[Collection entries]
● ● ●

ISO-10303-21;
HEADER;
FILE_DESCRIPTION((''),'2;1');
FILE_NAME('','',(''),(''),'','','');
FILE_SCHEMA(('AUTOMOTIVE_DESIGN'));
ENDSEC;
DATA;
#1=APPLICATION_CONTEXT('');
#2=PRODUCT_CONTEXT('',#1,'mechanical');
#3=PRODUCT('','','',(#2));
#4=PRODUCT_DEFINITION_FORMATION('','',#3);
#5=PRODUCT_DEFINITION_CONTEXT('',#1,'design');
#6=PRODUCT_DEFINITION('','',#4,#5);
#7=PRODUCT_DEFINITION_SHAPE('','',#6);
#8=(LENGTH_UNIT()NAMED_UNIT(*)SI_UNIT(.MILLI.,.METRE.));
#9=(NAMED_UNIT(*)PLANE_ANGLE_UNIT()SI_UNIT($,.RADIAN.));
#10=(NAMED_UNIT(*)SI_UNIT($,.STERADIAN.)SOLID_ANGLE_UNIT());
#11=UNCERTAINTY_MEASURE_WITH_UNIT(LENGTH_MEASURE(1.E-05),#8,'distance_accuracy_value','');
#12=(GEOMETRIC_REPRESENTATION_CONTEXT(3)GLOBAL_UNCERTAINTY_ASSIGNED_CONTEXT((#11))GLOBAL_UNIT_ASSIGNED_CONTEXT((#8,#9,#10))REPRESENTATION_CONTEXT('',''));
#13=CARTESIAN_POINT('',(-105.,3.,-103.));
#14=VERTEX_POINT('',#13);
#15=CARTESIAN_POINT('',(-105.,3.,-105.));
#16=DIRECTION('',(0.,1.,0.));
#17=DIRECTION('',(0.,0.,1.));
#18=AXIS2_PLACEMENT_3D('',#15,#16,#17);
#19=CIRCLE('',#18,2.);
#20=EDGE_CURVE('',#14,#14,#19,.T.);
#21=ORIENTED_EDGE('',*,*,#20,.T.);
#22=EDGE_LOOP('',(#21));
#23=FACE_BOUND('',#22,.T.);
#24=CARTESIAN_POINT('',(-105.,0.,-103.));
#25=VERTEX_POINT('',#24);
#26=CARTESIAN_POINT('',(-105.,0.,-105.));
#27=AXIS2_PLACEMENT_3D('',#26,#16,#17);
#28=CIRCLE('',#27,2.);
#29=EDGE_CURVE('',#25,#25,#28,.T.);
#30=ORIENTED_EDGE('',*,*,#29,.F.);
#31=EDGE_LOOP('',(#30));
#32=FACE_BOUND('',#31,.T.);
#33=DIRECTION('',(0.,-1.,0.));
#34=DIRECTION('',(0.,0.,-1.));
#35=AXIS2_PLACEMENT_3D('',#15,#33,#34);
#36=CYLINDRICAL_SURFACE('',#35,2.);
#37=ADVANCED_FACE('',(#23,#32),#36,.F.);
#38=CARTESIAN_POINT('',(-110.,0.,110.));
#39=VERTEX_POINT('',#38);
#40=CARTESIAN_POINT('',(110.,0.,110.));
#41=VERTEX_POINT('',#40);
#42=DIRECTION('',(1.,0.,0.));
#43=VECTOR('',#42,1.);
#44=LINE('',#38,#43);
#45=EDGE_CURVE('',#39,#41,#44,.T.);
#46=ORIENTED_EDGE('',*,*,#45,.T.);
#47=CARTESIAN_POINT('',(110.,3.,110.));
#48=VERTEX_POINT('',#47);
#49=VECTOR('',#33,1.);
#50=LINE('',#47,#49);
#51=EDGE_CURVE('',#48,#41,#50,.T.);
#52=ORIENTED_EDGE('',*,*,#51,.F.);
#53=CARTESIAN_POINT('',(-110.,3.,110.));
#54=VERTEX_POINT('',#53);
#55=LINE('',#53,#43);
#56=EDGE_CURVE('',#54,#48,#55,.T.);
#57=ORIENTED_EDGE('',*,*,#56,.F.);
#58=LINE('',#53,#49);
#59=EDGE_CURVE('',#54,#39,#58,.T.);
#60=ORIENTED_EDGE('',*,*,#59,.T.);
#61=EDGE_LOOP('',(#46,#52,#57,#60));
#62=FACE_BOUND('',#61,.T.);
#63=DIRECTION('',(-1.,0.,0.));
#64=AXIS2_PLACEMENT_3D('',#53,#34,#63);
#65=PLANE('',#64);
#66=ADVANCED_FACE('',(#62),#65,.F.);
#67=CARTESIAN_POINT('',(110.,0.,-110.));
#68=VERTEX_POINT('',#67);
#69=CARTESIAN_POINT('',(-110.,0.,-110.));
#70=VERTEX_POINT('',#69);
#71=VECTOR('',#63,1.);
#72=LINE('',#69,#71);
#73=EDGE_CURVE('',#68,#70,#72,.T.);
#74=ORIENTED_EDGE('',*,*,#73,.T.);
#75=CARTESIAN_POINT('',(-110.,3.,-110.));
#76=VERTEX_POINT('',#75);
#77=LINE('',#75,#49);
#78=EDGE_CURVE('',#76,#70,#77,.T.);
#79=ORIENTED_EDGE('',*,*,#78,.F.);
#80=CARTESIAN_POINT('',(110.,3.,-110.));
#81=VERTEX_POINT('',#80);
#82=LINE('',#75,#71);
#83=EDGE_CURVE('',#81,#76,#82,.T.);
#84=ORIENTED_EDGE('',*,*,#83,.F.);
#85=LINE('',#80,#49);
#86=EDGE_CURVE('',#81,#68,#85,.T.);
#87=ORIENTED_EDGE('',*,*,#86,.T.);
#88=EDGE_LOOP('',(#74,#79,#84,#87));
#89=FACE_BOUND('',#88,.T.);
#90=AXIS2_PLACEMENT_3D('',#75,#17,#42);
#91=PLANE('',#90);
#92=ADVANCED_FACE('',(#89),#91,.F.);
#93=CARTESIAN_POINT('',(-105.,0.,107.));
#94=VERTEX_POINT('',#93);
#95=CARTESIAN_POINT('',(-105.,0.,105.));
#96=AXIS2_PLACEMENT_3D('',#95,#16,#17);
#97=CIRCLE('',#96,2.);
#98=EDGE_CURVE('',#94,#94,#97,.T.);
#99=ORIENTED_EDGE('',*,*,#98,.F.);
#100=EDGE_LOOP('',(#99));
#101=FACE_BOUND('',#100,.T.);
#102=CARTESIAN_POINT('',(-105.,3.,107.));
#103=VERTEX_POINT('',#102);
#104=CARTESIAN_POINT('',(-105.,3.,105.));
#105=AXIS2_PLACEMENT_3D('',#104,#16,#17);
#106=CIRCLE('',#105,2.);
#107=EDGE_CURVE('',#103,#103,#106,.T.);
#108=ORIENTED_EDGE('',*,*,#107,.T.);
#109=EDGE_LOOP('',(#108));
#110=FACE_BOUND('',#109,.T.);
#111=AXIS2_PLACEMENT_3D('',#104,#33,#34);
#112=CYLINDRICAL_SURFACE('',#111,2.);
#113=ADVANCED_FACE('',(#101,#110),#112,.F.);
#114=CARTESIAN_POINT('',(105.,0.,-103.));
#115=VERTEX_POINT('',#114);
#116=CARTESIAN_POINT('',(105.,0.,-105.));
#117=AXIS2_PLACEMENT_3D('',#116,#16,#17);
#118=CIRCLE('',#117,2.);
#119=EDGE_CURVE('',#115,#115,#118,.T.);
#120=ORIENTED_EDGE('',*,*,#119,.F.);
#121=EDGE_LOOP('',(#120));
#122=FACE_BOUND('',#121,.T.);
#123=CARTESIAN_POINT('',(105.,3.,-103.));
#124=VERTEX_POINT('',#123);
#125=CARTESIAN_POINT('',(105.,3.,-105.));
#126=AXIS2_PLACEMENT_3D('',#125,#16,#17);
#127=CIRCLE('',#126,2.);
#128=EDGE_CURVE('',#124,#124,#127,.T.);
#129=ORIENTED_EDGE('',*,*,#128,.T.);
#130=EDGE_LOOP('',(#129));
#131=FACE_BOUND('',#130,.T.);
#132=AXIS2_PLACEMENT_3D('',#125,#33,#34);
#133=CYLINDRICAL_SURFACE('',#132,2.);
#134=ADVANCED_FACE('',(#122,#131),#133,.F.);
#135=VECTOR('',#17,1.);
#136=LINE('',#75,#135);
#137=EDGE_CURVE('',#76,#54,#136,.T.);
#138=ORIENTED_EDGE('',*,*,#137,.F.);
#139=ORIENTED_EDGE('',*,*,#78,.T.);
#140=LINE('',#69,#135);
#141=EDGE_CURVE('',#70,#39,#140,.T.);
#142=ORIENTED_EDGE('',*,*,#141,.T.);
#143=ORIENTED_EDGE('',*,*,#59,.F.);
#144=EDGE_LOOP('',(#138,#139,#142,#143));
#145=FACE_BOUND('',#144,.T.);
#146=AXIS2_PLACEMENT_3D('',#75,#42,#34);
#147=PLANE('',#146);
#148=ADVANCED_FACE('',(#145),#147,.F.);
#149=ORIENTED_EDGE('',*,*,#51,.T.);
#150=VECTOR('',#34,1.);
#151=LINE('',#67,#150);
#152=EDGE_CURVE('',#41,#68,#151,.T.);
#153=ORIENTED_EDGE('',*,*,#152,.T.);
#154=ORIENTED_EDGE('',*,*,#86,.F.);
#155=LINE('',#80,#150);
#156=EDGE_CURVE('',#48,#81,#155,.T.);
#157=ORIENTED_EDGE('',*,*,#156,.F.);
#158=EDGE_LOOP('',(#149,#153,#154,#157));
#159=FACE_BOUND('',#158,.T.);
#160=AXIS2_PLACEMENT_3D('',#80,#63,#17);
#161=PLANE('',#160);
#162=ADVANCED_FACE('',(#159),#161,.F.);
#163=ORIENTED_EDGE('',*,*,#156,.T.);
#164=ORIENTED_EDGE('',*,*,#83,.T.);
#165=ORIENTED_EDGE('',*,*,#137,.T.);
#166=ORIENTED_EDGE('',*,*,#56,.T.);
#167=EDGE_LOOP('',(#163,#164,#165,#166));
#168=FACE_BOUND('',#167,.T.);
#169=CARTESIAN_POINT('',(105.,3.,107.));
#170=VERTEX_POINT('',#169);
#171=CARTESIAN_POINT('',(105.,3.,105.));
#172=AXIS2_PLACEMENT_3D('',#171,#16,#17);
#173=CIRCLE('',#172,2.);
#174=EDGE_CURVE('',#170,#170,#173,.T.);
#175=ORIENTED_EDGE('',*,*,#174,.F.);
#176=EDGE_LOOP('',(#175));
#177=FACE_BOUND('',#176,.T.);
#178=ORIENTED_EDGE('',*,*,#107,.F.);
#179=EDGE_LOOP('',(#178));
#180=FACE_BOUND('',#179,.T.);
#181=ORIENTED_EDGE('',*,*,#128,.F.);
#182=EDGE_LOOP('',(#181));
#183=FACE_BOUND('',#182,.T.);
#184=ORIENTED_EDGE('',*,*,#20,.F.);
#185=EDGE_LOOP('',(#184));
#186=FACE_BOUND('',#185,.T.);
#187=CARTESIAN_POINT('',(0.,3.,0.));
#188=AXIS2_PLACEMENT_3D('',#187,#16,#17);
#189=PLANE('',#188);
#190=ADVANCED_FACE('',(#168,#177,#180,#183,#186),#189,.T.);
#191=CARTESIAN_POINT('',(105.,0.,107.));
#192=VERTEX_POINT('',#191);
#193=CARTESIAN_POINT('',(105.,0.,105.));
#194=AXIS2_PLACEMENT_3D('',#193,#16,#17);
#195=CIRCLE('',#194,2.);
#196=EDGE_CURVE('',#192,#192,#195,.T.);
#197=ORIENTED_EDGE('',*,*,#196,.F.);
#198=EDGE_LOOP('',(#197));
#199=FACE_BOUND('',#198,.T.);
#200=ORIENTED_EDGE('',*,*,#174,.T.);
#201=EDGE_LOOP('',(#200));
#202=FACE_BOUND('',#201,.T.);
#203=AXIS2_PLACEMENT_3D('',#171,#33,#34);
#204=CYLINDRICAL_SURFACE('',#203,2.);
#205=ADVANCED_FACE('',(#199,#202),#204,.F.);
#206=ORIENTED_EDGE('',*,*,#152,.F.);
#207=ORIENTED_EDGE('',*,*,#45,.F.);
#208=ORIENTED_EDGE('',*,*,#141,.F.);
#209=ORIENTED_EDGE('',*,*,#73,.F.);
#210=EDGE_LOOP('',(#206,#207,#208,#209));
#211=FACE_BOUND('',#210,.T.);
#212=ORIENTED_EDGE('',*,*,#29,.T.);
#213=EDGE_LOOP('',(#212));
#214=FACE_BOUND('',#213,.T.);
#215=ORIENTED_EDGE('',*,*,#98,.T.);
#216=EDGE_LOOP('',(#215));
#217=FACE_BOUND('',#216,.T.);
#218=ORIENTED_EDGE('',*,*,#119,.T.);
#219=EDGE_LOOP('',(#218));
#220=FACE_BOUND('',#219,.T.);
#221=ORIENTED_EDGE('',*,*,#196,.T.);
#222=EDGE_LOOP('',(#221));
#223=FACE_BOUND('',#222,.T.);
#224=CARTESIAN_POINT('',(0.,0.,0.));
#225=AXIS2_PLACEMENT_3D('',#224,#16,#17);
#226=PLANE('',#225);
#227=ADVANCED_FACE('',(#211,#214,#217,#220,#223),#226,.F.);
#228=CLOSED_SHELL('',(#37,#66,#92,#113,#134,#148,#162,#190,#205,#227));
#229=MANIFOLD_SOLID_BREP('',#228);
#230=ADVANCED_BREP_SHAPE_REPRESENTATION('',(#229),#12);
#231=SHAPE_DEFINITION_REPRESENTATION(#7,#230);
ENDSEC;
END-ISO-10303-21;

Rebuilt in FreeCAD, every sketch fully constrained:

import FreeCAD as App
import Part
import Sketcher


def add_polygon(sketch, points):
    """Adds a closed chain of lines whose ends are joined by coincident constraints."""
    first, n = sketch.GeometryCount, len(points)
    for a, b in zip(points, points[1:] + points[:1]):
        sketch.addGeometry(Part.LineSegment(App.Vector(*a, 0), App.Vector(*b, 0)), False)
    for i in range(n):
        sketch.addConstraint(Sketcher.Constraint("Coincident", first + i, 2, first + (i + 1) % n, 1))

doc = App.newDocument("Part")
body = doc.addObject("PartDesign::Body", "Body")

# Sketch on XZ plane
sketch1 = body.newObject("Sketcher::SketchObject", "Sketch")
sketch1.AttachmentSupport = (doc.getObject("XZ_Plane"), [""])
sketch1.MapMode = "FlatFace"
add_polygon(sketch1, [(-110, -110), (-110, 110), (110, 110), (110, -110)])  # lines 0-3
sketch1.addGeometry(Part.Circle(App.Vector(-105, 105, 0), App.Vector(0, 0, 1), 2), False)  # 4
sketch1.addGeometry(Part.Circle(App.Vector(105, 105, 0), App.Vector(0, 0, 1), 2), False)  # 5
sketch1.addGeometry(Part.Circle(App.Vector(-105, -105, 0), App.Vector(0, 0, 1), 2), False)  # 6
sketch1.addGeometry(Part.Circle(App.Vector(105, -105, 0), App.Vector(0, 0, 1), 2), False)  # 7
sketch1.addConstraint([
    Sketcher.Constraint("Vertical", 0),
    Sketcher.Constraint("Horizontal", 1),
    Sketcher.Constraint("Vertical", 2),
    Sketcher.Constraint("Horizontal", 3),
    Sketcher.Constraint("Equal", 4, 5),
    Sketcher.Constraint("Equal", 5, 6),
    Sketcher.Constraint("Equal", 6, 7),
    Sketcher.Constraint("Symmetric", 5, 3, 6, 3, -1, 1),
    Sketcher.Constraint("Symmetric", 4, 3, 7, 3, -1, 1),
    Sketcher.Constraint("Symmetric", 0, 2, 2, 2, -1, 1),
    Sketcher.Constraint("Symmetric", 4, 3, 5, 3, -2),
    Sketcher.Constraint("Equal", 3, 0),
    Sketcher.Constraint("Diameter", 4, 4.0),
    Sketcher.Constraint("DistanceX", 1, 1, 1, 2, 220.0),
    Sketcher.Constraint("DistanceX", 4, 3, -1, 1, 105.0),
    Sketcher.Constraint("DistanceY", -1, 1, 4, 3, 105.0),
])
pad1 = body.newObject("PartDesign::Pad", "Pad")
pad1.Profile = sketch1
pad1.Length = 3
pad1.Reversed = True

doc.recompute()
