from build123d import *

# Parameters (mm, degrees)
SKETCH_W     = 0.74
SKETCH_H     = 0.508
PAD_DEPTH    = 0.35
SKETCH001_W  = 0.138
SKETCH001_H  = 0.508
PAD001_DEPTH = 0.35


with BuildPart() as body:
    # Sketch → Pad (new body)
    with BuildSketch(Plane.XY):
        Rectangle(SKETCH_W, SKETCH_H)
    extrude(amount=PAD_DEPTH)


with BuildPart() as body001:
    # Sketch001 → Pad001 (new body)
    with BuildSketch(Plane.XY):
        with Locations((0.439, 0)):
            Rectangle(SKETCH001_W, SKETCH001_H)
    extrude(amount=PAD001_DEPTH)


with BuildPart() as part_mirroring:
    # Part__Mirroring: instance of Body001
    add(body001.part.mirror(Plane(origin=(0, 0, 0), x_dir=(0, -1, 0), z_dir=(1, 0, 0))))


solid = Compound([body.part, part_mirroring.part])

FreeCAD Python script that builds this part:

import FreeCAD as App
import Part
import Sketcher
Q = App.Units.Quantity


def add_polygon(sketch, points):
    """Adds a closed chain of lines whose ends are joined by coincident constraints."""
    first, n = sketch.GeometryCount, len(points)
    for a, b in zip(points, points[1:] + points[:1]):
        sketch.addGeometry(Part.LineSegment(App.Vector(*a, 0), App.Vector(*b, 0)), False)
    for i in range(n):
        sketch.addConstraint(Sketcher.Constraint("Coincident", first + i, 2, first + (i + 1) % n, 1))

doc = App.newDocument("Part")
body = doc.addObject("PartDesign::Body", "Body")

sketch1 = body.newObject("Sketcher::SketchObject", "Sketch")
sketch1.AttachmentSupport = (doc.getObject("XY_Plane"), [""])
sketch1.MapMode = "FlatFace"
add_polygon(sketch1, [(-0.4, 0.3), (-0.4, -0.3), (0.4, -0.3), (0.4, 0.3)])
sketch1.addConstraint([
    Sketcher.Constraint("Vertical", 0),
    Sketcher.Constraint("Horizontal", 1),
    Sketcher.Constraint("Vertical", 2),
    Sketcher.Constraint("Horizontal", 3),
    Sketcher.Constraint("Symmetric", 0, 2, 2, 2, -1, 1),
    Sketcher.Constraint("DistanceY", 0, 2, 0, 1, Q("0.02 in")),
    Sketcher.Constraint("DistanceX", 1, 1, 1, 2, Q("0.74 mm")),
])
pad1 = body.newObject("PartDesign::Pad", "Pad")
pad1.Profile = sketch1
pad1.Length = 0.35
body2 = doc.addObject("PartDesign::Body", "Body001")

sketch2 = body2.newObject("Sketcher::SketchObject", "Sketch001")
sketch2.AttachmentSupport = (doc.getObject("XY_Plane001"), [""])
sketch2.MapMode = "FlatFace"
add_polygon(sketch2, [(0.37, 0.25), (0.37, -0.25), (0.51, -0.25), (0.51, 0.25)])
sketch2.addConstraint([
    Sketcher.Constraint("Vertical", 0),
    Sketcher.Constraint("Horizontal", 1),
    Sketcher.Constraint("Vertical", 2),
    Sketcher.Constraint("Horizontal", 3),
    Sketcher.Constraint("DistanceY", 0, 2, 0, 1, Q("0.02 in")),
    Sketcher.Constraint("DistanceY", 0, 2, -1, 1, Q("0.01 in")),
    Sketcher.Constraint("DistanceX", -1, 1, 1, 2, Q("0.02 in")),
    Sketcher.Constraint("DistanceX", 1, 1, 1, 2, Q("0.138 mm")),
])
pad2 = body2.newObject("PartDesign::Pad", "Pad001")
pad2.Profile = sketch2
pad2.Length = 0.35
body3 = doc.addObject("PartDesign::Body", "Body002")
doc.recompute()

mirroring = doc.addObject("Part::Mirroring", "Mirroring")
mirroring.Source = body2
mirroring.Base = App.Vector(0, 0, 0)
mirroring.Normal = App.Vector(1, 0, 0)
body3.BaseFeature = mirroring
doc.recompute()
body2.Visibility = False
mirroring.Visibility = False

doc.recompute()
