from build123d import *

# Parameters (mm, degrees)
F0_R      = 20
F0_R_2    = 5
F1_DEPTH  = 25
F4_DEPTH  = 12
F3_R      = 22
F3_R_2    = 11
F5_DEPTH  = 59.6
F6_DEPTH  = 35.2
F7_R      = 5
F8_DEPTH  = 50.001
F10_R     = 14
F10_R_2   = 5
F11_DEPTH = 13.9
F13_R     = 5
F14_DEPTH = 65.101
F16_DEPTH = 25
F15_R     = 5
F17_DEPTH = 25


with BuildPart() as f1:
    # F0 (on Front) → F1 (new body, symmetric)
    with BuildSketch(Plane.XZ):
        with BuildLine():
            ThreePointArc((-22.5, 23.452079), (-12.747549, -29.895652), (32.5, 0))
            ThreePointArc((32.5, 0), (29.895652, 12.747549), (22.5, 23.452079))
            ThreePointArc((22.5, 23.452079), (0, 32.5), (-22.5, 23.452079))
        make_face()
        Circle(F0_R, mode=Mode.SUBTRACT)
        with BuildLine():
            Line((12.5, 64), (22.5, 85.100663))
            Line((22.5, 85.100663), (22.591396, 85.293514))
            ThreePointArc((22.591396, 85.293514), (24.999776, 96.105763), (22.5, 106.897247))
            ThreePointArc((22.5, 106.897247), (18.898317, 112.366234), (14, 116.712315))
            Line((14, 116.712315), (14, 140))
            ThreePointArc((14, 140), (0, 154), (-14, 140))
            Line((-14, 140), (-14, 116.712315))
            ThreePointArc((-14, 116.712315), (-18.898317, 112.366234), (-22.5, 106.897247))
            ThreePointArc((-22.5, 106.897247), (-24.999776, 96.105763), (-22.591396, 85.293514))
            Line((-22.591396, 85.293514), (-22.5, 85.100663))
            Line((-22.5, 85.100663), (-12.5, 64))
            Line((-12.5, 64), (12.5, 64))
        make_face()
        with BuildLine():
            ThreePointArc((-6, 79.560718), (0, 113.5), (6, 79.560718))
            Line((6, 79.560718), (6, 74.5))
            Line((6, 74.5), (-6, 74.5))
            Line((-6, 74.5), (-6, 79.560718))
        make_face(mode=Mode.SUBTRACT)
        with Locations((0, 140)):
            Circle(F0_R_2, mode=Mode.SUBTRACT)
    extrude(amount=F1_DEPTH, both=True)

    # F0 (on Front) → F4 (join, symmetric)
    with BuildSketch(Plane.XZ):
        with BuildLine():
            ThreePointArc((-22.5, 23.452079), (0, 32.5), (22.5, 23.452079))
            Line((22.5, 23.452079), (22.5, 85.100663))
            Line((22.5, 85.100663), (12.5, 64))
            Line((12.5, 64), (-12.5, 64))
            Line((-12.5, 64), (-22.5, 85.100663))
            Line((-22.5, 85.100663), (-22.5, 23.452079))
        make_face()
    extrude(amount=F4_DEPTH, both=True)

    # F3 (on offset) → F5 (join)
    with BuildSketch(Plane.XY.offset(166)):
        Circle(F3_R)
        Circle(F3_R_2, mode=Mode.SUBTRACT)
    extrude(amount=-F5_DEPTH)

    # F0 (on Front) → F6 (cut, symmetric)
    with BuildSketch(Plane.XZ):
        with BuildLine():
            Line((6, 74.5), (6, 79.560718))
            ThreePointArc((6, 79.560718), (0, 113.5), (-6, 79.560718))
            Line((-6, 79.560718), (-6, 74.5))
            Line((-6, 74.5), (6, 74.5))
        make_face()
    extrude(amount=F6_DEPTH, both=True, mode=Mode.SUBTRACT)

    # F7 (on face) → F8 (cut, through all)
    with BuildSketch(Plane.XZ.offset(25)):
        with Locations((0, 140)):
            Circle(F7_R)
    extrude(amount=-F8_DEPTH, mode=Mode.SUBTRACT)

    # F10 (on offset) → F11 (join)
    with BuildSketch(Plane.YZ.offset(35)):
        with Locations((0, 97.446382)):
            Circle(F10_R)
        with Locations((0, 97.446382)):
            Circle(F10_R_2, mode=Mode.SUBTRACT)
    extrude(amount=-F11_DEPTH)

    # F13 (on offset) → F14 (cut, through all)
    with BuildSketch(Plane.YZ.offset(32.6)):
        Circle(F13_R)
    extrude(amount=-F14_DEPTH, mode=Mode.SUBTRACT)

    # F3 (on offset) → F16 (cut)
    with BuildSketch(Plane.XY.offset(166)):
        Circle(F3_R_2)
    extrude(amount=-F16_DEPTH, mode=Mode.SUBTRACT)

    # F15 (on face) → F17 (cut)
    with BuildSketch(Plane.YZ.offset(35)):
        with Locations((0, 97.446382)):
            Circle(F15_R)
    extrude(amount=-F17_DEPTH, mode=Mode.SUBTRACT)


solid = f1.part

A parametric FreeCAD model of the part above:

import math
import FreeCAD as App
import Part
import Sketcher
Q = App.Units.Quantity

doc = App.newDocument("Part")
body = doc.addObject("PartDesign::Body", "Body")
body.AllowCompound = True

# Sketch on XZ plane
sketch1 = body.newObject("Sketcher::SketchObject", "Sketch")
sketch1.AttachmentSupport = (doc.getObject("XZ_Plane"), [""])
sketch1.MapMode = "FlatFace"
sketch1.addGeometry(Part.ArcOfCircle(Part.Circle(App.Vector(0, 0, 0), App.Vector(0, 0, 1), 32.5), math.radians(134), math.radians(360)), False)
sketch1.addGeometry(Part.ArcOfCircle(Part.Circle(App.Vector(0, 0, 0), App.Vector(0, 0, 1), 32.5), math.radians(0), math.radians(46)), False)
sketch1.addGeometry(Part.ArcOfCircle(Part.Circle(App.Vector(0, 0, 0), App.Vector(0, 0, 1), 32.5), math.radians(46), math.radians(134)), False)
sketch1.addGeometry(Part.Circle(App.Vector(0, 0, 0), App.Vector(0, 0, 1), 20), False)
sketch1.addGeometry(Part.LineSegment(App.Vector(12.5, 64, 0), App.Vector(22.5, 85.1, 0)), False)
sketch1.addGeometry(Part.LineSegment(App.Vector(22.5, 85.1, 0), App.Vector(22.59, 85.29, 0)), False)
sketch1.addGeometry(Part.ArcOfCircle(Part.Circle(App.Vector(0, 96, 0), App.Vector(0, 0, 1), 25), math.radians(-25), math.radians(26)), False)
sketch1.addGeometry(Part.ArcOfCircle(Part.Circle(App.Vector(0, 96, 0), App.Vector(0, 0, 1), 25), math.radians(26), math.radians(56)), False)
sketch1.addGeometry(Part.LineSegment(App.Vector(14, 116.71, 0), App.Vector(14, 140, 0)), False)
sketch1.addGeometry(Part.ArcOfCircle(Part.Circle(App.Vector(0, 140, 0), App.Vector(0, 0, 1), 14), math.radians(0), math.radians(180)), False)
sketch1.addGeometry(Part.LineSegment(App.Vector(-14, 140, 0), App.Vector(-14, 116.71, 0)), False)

● ● ●

§ **Requirement**: Transcribe, exactly and without additions, the lines of the records above, beginning with the line that contains "#182=EDGE_LOOP('',(#181));" and ending with the line that contains "#200=ORIENTED_EDGE('',*,*,#174,.T.);", both included.

§ **Your solution**:
#182=EDGE_LOOP('',(#181));
#183=FACE_BOUND('',#182,.T.);
#184=ORIENTED_EDGE('',*,*,#20,.F.);
#185=EDGE_LOOP('',(#184));
#186=FACE_BOUND('',#185,.T.);
#187=CARTESIAN_POINT('',(0.,3.,0.));
#188=AXIS2_PLACEMENT_3D('',#187,#16,#17);
#189=PLANE('',#188);
#190=ADVANCED_FACE('',(#168,#177,#180,#183,#186),#189,.T.);
#191=CARTESIAN_POINT('',(105.,0.,107.));
#192=VERTEX_POINT('',#191);
#193=CARTESIAN_POINT('',(105.,0.,105.));
#194=AXIS2_PLACEMENT_3D('',#193,#16,#17);
#195=CIRCLE('',#194,2.);
#196=EDGE_CURVE('',#192,#192,#195,.T.);
#197=ORIENTED_EDGE('',*,*,#196,.F.);
#198=EDGE_LOOP('',(#197));
#199=FACE_BOUND('',#198,.T.);
#200=ORIENTED_EDGE('',*,*,#174,.T.);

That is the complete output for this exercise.